Ashleigh se virou com a súbita mudança de assunto.
“Você disse a ele que, à medida que nossas interações com as matilhas ao redor do mundo se tornavam mais frequentes, precisávamos nos preparar para qualquer ameaça possível que pudessem representar.”
Ashleigh assentiu.
“Sim,” ela respondeu. “Não conhecíamos nenhum deles muito bem na época. Até o Verão teve interações limitadas, e de repente estávamos trabalhando juntos para manter os fae sob controle em todo o mundo.”
Alice olhou para Ashleigh.
“Você acha que eu treino pessoas para bisbilhotar e espionar. Para encontrar segredos para guardar e depois usar contra pessoas e se aproveitar de sua confiança,” Alice disse. “Você sempre assumiu que tudo que eu faço é de alguma forma ardiloso.”
Ashleigh franziu a testa enquanto Alice se virava para olhar para o teto e soltava uma risada suave.

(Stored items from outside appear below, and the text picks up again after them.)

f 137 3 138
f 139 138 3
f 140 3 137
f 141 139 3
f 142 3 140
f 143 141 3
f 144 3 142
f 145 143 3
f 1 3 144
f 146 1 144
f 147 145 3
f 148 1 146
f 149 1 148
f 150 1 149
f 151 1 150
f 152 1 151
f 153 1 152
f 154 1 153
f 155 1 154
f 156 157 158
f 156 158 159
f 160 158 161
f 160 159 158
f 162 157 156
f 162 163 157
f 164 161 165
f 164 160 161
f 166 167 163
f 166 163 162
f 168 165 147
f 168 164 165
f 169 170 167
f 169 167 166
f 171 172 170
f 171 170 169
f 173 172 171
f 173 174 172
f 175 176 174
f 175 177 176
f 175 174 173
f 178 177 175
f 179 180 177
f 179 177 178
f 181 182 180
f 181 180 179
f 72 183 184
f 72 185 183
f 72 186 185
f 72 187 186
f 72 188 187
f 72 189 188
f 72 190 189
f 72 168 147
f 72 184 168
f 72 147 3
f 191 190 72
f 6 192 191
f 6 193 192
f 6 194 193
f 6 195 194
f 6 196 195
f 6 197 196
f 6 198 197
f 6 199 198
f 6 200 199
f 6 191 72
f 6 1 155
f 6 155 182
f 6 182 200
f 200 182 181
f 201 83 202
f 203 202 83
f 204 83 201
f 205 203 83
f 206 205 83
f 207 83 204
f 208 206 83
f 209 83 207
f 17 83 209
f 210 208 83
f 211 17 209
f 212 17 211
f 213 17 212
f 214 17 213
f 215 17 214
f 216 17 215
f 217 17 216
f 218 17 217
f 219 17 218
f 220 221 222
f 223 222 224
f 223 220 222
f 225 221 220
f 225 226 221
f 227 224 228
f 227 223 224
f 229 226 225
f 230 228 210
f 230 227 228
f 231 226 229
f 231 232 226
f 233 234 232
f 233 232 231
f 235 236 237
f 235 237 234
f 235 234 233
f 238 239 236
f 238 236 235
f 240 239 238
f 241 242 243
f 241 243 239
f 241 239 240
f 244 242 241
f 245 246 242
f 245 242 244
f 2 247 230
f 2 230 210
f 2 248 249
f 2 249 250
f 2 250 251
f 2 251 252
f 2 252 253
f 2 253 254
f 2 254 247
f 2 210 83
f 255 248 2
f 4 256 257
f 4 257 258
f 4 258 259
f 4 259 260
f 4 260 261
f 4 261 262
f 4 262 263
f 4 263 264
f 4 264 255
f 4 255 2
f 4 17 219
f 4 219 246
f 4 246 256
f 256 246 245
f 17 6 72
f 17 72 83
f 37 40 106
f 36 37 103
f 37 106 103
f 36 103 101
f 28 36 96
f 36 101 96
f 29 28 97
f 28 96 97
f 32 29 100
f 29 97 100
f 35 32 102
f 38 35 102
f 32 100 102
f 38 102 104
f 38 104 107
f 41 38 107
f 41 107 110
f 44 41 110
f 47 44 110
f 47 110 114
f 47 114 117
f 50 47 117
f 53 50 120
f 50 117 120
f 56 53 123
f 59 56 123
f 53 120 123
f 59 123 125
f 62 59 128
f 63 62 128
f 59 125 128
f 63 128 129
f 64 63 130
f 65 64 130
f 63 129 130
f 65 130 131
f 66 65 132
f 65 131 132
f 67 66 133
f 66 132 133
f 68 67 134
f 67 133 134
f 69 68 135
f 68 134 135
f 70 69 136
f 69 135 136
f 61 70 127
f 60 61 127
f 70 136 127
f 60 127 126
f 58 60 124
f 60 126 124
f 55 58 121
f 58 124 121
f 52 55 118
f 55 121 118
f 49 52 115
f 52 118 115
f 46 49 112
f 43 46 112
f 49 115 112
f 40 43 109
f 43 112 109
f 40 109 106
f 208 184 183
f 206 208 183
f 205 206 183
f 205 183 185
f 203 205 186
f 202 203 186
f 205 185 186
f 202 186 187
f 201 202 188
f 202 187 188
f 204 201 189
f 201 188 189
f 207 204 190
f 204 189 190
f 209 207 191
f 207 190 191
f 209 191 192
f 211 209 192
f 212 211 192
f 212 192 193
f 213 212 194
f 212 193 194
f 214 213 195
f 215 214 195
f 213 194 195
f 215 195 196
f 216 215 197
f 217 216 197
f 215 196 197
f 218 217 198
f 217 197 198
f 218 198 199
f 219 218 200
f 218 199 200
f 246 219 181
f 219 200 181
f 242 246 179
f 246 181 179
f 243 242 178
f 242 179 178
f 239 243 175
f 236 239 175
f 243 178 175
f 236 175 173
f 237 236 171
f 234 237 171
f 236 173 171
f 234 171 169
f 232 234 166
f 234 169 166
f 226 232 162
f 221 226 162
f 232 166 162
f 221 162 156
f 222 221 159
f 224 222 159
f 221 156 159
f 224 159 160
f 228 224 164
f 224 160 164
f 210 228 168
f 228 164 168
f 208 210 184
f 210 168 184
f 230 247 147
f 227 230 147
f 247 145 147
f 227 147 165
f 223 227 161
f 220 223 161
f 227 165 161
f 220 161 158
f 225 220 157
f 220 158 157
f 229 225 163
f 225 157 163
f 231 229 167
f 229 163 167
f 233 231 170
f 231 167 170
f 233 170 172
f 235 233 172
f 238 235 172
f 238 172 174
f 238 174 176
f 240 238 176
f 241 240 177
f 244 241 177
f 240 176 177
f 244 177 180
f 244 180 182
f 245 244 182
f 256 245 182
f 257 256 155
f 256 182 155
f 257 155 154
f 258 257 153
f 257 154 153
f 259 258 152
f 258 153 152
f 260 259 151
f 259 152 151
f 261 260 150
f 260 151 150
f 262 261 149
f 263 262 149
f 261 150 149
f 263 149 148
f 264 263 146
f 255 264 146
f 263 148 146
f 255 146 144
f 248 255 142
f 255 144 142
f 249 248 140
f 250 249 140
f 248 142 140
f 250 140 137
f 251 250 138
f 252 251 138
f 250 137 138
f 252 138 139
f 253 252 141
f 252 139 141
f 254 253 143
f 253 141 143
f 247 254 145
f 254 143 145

“Mesmo assim você encorajou meu envolvimento com as matilhas. E agora, quer que eu recrute sua amiga,” Alice sorriu. “Mas você ainda não tem ideia do que realmente faço.”
Ashleigh se inclinou para frente e engoliu em seco. Ela respirou fundo e olhou para Alice.
“Então me diga.”
Alice virou a cabeça. Ela encarou Ashleigh por um longo momento.
“Primeiro você,” ela disse. “Diga-me por que quer que eu treine Maeve. Especificamente. Por que eu?”
Ashleigh pensou sobre isso. Por que ela queria que Alice treinasse Maeve? Sim, ela reconhecia as habilidades de combate de Alice. De muitas maneiras, ela também tinha uma apreciação pela quantidade questionável de conhecimento dela.
Mas Alice estava certa. Ela sempre a mantinha sob suspeita. Sempre assumia que havia algum truque por trás de suas palavras e ações. Mesmo depois de todos esses anos, depois de todas as vezes que Alice provou ser uma membro do Inverno ou de sua família, Ashleigh ainda mantinha dúvida.
Então por que, de todas as pessoas, ela queria que Alice fosse a pessoa a treinar Maeve?